Enter the American Rescue Plan. The pandemic relief bill, signed into law by President Joe Biden in 2021, included IBEW-backed legislation called the Butch Lewis Act — championed by labor allies including Sen. Sherrod Brown of Ohio — to offer relief to certain multiemployer pensions.

Scherrer said the local was initially hesitant to take the aid. It seemed at first that the help would come at the cost of the future health of the fund.

“We didn’t want to take the money and leave our apprentices with nothing,” Scherrer said.

Seeing an opening, the local submitted a letter during a comment period regarding implementation of the law to explain its situation. Those comments were addressed, and in the final version, certain pension plans, including Local 237’s, were allowed to use a different calculation that would let them take the financial assistance they urgently needed without potentially curtailing the fund down the road.

In the end, they received just over $32 million, enough money to put the pension back on track while also paying back the retirees who had taken cuts.

“I didn’t know exactly how it was going to work, but it meant my pension wasn’t going to end in 2027,” Saph said. “I thank God every day for that.”

For retirees like Gerry Manzi, the ARP wasn’t just the right thing to do, but it also corrected for outcomes like deregulation and automation that impacted multiemployer pensions like theirs through no fault of their own.

“It’s our money,” Manzi said. “We negotiated this. You gotta pay the people that are retired.”

For a lot of younger workers, the idea of a pension can seem as antiquated as a rotary phone. Only about one in 10 Americans working in the private sector has one.

But public views may be shifting. While they weren’t ultimately successful, members of the United Auto Workers called for expanding their defined-benefit plan to those hired after 2007 in their recent contract negotiations.

The job-search platform Indeed found that more people are searching for such a benefit, and more job postings are mentioning pensions.

When the ARP passed, it did so without a single Republican voting for it.
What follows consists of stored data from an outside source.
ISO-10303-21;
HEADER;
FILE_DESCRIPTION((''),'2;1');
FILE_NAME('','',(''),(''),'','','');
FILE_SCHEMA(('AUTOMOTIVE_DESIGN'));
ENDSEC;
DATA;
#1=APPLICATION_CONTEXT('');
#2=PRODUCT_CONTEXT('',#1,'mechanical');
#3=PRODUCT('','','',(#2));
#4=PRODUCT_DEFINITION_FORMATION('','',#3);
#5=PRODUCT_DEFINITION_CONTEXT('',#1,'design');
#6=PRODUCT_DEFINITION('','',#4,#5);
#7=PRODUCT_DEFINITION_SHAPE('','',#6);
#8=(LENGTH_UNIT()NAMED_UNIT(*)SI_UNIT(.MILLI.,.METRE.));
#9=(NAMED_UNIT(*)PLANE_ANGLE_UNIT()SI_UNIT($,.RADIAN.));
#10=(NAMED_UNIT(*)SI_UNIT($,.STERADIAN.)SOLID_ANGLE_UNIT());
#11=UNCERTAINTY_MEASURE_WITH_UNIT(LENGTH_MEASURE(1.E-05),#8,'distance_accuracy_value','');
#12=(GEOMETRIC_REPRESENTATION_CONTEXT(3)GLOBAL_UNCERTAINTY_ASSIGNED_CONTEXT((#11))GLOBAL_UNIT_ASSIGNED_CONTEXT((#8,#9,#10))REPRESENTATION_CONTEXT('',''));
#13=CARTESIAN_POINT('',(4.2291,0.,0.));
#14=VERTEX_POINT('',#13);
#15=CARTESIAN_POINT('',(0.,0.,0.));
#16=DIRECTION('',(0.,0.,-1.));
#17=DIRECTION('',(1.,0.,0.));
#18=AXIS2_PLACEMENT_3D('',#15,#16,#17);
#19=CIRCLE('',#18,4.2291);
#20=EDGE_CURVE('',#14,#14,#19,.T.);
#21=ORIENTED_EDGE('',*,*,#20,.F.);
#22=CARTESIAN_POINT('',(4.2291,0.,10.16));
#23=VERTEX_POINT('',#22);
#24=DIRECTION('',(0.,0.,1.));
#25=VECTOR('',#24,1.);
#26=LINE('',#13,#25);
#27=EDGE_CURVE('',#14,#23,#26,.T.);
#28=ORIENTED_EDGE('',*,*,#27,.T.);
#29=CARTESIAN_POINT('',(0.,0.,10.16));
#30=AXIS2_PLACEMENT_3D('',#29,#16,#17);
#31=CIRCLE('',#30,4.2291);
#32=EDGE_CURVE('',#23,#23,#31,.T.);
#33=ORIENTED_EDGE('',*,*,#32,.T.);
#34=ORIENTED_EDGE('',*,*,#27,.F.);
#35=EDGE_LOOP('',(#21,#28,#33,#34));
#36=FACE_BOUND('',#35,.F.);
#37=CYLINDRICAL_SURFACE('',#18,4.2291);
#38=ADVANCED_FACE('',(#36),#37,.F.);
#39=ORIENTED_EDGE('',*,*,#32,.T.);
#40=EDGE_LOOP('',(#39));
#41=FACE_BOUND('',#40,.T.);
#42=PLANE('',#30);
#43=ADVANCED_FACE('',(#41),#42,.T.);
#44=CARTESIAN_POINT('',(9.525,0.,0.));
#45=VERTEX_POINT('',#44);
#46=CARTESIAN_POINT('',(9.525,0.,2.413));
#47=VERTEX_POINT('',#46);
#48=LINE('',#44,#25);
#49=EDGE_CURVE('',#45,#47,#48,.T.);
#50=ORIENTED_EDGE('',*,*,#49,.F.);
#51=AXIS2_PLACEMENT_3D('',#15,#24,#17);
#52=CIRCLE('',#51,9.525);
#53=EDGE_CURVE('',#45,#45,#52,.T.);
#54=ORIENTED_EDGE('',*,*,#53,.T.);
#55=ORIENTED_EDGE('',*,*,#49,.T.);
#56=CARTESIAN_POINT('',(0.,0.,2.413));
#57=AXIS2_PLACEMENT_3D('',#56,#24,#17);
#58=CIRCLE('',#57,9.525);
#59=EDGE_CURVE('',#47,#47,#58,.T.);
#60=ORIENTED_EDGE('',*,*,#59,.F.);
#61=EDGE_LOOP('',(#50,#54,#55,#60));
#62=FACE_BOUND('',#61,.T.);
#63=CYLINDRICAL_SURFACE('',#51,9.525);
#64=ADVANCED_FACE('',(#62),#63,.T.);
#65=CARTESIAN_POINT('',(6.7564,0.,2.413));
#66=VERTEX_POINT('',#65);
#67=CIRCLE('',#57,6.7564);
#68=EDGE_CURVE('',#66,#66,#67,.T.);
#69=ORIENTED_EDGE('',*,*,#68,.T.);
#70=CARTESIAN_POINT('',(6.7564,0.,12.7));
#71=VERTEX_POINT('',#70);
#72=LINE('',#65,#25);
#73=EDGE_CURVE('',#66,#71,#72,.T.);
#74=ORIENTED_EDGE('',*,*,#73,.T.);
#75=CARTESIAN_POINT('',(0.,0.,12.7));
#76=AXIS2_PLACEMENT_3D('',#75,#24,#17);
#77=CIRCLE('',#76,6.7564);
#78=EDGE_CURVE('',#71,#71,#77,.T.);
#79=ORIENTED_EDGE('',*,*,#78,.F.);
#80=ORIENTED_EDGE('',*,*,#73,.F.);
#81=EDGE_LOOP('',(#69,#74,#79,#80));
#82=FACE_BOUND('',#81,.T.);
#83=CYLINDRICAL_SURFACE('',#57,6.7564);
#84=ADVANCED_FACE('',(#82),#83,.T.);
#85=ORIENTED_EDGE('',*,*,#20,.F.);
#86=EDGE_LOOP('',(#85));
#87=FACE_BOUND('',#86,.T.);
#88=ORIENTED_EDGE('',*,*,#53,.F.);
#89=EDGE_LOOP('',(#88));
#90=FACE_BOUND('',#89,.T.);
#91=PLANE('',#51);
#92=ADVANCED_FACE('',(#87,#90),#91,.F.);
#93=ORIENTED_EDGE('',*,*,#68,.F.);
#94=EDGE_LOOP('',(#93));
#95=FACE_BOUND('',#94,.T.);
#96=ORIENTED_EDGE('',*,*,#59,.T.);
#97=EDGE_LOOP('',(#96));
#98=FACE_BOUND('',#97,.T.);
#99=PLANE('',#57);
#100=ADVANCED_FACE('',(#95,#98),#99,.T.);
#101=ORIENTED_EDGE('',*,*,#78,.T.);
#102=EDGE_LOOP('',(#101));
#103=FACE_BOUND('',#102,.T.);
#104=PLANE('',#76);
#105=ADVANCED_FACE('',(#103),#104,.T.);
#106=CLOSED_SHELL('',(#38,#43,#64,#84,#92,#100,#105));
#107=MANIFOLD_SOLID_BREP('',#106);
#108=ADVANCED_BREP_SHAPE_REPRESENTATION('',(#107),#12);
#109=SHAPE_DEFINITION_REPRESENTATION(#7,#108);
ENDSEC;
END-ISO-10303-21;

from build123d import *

# Parameters (mm, degrees)
F2_R     = 4.2291
F3_DEPTH = 10.16


with BuildPart() as f1:
    # F0 (on Front) → F1 (revolve)
    with BuildSketch(Plane.XZ):
        Polygon((6.7564, 12.7), (0, 12.7), (0, 0), (9.525, 0), (9.525, 2.413), (6.7564, 2.413), align=None)
    revolve(axis=Axis((0, 0, 6.35), (0, 0, 1)))

    # F2 (on face) → F3 (cut)
    with BuildSketch(Plane(origin=(0, 0, 0), x_dir=(1, 0, 0), z_dir=(0, 0, -1))):
        Circle(F2_R)
    extrude(amount=-F3_DEPTH, mode=Mode.SUBTRACT)


solid = f1.part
It’s something Scherrer said he reminds his members of.

“He saved the most important thing to each member — our pension,” Scherrer said of President Joe Biden, who pushed for the pension provision and signed the bill into law.

It’s a sentiment shared by a lot of retirees, including Naus, who sat on the pension board before retiring in 2016.
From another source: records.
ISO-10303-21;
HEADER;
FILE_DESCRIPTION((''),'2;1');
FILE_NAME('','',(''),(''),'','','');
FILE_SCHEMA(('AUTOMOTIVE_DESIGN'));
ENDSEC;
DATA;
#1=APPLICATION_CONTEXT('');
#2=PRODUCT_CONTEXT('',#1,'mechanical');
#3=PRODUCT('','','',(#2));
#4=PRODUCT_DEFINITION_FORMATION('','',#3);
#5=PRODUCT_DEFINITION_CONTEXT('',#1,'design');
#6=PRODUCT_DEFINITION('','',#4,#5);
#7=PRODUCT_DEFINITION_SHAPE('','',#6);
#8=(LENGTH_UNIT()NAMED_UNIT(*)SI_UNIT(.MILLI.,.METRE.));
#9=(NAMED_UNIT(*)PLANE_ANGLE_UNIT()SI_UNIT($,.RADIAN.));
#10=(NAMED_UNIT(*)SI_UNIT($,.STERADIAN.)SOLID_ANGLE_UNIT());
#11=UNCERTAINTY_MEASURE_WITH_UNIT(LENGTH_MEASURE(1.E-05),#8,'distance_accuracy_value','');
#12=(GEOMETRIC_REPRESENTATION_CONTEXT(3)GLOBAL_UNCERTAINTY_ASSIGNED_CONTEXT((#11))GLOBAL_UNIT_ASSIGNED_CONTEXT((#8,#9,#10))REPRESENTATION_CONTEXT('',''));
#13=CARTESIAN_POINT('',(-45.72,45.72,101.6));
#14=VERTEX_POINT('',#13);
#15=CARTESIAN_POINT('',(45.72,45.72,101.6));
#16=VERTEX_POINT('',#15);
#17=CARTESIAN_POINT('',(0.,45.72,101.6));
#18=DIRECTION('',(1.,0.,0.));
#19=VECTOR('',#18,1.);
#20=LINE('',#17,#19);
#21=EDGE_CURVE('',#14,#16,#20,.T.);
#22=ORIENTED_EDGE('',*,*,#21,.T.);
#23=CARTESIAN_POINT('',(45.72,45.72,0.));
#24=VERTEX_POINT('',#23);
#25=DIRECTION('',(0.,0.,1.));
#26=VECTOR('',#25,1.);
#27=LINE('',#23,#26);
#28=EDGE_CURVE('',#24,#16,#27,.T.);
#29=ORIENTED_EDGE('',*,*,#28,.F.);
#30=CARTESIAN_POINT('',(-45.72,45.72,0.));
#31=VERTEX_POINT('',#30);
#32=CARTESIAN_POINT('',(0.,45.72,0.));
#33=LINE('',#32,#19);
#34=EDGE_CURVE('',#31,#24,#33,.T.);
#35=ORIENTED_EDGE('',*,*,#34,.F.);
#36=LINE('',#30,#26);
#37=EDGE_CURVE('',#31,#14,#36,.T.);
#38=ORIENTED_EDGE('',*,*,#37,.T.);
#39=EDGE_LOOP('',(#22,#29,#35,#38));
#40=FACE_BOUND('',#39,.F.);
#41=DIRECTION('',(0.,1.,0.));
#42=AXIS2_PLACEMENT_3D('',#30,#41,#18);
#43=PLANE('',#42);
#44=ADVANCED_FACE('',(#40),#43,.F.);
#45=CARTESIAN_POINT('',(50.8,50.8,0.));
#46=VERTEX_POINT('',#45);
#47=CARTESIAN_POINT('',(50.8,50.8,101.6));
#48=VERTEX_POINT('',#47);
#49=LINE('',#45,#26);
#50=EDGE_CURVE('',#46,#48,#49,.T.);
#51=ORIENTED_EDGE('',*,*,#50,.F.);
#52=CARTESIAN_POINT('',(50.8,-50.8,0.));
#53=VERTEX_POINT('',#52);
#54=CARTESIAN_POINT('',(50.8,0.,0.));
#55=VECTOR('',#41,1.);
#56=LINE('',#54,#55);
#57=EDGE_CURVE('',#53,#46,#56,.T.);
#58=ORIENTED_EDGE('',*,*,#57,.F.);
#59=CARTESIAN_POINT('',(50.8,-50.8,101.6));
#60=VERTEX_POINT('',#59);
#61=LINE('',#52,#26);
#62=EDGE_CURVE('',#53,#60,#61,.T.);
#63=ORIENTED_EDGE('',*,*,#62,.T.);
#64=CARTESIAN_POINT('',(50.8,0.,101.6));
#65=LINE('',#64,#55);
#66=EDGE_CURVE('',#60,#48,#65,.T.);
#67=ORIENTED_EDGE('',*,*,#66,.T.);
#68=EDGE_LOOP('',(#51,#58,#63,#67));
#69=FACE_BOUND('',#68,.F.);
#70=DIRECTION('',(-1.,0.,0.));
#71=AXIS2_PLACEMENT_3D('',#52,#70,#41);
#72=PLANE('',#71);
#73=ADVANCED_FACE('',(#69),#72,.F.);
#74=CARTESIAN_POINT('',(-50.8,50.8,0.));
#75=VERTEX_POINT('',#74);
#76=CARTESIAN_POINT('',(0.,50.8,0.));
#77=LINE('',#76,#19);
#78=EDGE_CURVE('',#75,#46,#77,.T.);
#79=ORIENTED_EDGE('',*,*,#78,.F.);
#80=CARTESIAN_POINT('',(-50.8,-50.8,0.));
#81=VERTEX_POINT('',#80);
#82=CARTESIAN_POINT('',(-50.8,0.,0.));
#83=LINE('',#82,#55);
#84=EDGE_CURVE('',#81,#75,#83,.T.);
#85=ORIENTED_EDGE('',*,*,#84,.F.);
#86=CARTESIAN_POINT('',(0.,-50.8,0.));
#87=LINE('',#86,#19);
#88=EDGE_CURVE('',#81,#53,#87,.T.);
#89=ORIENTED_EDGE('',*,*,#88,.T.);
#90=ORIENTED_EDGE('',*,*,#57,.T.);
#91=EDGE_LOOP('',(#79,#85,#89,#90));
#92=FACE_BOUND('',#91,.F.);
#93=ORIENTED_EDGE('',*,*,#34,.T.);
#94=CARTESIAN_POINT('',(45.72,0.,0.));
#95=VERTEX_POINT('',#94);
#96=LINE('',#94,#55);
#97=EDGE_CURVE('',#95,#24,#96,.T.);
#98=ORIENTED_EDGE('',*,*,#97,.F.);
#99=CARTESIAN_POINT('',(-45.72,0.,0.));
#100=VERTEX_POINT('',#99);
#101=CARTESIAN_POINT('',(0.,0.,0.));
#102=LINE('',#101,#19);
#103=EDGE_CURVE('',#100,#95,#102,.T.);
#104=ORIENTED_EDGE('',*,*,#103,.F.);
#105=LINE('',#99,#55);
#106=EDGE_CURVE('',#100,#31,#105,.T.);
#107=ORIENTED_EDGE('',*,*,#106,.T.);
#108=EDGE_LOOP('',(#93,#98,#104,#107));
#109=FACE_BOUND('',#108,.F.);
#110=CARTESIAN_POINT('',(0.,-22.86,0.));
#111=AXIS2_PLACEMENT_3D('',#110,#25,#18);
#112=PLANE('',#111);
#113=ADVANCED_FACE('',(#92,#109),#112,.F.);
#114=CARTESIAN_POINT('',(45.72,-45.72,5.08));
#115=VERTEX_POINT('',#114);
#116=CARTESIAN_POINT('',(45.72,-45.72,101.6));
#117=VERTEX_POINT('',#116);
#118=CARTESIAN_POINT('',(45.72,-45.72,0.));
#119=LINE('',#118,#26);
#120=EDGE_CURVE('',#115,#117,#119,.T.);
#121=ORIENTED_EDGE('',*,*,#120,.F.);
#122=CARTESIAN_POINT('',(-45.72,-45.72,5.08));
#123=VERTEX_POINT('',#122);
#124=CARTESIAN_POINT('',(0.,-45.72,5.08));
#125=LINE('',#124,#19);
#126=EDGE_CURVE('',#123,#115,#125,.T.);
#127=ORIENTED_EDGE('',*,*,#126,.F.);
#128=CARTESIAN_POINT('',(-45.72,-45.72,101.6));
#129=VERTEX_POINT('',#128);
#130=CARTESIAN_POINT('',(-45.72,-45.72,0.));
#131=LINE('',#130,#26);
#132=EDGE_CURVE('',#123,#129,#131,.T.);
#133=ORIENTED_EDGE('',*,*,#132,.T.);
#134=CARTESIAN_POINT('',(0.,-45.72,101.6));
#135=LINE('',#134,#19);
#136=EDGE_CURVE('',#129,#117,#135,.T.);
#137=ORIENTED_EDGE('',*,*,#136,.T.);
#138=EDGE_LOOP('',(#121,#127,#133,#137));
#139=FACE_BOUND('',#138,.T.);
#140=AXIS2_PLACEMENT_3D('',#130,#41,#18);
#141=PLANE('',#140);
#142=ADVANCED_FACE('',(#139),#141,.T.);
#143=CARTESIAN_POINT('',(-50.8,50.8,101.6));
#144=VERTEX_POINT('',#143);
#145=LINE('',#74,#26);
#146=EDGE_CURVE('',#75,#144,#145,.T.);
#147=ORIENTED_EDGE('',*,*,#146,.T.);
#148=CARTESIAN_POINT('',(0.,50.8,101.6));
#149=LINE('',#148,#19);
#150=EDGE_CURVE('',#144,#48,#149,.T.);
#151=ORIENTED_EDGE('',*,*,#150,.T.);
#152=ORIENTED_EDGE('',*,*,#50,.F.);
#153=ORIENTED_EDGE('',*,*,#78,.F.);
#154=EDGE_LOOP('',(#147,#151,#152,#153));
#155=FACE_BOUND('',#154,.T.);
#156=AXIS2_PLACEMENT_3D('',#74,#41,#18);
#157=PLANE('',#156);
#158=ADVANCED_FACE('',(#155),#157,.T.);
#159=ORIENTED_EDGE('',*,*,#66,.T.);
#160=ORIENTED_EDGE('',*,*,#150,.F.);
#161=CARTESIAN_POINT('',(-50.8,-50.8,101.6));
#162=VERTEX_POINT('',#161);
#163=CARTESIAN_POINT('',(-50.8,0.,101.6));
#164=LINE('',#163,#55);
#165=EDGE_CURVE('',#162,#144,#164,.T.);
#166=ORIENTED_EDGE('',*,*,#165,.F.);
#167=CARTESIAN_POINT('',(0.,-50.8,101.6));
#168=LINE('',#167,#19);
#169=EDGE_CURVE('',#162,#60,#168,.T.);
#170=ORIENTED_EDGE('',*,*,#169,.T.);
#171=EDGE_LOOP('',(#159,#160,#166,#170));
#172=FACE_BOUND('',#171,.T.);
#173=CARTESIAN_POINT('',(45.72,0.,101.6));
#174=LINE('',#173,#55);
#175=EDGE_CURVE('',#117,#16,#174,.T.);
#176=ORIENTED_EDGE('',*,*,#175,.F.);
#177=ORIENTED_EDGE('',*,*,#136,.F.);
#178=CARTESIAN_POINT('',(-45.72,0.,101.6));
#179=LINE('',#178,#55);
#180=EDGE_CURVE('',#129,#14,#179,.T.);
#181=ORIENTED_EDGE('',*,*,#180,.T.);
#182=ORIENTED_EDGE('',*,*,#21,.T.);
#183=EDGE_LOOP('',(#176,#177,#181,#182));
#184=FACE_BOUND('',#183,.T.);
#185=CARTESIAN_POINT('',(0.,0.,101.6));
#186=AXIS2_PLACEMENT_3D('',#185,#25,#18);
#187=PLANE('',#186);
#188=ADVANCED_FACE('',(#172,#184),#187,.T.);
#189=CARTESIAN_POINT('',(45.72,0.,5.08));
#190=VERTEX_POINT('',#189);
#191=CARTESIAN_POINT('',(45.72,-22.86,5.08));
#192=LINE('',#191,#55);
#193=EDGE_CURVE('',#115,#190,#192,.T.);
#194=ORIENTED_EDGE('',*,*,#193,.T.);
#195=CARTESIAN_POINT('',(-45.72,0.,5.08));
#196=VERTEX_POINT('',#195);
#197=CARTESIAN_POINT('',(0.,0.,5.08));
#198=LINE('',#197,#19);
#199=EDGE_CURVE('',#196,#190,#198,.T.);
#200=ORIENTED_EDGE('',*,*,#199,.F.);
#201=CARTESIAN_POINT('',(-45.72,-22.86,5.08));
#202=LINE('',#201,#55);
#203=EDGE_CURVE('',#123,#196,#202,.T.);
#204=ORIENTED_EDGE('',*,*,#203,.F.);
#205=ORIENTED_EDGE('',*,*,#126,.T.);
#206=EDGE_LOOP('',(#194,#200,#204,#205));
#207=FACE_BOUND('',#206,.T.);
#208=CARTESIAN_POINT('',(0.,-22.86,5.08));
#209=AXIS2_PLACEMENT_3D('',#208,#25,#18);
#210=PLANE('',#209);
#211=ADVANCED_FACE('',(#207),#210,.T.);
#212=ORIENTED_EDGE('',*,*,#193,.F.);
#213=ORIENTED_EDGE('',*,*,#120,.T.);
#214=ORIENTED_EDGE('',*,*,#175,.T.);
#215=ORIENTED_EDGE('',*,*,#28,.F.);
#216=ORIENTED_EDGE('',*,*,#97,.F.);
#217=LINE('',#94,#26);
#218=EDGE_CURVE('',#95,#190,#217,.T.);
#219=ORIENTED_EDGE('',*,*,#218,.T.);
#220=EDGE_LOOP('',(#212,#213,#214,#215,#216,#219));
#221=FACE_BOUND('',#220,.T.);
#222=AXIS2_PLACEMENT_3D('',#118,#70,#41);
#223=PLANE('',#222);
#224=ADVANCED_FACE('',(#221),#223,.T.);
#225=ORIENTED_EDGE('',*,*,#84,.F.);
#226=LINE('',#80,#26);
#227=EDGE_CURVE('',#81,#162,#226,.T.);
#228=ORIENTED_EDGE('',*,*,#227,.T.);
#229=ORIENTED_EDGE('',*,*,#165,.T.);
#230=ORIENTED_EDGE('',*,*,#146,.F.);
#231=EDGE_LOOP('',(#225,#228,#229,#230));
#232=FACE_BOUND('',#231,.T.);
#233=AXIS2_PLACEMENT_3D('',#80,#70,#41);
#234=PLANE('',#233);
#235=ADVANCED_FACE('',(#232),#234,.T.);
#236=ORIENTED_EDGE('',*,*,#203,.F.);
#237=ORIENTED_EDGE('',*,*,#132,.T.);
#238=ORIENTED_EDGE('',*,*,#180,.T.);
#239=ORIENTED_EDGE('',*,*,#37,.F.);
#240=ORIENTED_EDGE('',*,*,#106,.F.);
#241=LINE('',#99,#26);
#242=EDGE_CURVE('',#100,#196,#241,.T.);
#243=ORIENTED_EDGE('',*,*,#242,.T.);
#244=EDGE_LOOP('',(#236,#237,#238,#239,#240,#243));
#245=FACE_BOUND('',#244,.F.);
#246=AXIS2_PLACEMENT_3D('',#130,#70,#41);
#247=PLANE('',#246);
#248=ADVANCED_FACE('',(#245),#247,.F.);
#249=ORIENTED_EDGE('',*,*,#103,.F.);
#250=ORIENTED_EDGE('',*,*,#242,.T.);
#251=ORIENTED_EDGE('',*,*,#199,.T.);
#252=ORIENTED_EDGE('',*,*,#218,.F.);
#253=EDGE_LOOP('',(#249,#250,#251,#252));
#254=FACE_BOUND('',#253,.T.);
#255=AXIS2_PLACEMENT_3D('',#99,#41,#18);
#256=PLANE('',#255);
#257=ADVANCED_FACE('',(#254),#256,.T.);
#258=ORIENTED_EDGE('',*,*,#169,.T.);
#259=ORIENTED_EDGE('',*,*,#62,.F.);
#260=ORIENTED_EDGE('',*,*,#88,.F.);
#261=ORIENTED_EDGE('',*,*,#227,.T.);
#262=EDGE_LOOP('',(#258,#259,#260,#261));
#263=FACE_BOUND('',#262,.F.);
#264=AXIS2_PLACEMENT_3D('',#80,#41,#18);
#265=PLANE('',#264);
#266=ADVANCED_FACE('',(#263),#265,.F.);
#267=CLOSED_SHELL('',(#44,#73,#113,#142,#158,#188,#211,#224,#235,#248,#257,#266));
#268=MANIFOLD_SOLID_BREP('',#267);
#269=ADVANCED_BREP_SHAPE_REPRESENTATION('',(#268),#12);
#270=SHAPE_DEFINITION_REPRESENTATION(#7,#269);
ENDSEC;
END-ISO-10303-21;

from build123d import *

# Parameters (mm, degrees)
F0_W     = 101.6
F0_H     = 101.6
F0_W_2   = 91.44
F0_H_2   = 91.44
F2_DEPTH = 101.6
F1_W     = 91.44
F1_H     = 45.72
F3_DEPTH = 5.08


with BuildPart() as f2:
    # F0 (on Top) → F2 (new body)
    with BuildSketch(Plane.XY):
        Rectangle(F0_W, F0_H)
        Rectangle(F0_W_2, F0_H_2, mode=Mode.SUBTRACT)
    extrude(amount=F2_DEPTH)

    # F1 (on face) → F3 (join)
    with BuildSketch(Plane.XY):
        with Locations((0, -22.86)):
            Rectangle(F1_W, F1_H)
    extrude(amount=F3_DEPTH)


solid = f2.part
“They’ve all helped us,” Naus said of Democratic New York Sens. Chuck Schumer and Kirsten Gillibrand, along with Rep. Brian Higgins, another New York Democrat, who shepherded the bill through their respective Houses in Congress. “Believe in the system. … There is an end to the tunnel.”

With multiple large projects in the area and more coming — thanks in large part to legislation like the Inflation Reduction Act, the CHIPS and Science Act, and the infrastructure law — job prospects for Local 237 are strong and should continue to be so for years to come.

That’s good news for today’s young workers and the future of the pension plan. Scherrer said the local’s fund is earning more money than predicted when it got the aid, and it’s bringing in more apprentices than expected. And they’ve even got a new training center to teach the next generation of members.

“The work is the best I’ve seen in my whole career,” said Scherrer, who started as an apprentice in 1995. “We definitely have a bright future. I got no worries now.”